(Collected data entries)
-------------------------
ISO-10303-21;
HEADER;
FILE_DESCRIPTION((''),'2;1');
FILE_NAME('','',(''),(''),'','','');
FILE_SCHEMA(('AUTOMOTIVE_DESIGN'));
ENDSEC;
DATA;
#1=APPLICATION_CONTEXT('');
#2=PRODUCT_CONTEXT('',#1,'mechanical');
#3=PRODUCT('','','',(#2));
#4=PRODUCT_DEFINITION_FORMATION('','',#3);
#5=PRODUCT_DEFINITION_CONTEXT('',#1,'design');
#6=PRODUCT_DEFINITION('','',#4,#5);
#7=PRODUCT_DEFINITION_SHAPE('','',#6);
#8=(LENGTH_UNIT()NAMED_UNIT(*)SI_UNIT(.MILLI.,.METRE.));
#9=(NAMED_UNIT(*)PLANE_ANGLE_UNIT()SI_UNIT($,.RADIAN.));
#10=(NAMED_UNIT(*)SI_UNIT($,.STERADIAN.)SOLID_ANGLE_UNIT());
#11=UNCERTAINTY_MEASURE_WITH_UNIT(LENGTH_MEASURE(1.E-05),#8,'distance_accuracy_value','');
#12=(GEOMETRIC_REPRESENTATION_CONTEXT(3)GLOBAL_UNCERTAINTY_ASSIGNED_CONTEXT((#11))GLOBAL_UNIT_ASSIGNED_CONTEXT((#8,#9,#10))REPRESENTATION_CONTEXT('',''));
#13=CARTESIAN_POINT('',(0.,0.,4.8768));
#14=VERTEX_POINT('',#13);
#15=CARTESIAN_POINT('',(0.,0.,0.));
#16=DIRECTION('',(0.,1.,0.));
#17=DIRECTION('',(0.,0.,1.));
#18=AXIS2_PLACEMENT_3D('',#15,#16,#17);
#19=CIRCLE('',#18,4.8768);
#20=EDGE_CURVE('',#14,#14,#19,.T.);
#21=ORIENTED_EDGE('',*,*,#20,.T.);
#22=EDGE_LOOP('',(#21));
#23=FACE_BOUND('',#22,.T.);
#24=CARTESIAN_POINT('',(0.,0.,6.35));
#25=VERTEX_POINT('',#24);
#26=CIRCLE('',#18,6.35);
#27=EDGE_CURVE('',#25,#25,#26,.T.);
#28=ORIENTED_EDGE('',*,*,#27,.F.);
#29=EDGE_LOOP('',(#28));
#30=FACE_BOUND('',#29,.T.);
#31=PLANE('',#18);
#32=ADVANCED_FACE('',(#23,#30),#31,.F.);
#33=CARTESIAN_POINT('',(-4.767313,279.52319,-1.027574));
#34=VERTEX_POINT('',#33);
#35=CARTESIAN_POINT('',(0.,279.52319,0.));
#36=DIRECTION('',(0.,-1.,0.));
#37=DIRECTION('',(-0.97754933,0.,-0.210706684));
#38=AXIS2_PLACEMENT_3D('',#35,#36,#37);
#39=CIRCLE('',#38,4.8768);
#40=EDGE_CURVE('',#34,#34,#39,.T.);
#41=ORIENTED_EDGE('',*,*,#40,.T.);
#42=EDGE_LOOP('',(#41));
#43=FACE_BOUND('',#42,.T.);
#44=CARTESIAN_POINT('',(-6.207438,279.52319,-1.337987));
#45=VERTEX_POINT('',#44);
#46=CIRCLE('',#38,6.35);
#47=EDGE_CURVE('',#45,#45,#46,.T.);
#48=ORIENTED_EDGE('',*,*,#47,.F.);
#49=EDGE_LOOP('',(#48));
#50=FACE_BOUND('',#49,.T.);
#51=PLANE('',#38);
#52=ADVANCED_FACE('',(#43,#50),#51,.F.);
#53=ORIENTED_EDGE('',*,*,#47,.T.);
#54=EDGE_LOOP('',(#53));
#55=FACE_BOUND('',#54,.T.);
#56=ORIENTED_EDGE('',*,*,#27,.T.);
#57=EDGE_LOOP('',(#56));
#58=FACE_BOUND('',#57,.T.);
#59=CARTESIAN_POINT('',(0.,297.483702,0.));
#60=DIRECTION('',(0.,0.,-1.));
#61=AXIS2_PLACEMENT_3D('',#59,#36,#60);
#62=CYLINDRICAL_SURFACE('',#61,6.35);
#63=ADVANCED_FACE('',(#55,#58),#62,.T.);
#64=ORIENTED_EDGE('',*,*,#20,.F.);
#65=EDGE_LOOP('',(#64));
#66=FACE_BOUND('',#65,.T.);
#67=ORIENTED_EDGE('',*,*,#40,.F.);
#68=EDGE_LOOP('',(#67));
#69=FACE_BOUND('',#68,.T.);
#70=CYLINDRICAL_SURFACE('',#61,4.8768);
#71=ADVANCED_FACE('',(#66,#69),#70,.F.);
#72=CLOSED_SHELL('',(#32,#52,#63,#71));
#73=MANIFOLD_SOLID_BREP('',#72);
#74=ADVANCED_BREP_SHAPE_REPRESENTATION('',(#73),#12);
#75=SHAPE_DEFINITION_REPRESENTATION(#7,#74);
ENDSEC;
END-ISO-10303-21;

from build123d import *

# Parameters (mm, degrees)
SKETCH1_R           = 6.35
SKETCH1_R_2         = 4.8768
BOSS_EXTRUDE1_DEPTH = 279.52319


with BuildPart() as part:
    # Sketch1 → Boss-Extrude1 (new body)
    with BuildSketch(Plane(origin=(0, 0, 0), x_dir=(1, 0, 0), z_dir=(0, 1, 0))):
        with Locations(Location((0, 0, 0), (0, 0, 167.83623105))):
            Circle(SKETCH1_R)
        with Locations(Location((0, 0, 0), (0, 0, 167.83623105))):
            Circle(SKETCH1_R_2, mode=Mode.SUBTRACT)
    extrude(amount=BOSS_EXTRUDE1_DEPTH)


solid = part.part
-------------------------
TASK PROMPT> Beginning with the line that contains "#72=CLOSED_SHELL('',(#32,#52,#63,#71));", each line of the records above through the last one must be printed word for word.

REPLY>
#72=CLOSED_SHELL('',(#32,#52,#63,#71));
#73=MANIFOLD_SOLID_BREP('',#72);
#74=ADVANCED_BREP_SHAPE_REPRESENTATION('',(#73),#12);
#75=SHAPE_DEFINITION_REPRESENTATION(#7,#74);
ENDSEC;
END-ISO-10303-21;

from build123d import *

# Parameters (mm, degrees)
SKETCH1_R           = 6.35
SKETCH1_R_2         = 4.8768
BOSS_EXTRUDE1_DEPTH = 279.52319


with BuildPart() as part:
    # Sketch1 → Boss-Extrude1 (new body)
    with BuildSketch(Plane(origin=(0, 0, 0), x_dir=(1, 0, 0), z_dir=(0, 1, 0))):
        with Locations(Location((0, 0, 0), (0, 0, 167.83623105))):
            Circle(SKETCH1_R)
        with Locations(Location((0, 0, 0), (0, 0, 167.83623105))):
            Circle(SKETCH1_R_2, mode=Mode.SUBTRACT)
    extrude(amount=BOSS_EXTRUDE1_DEPTH)


solid = part.part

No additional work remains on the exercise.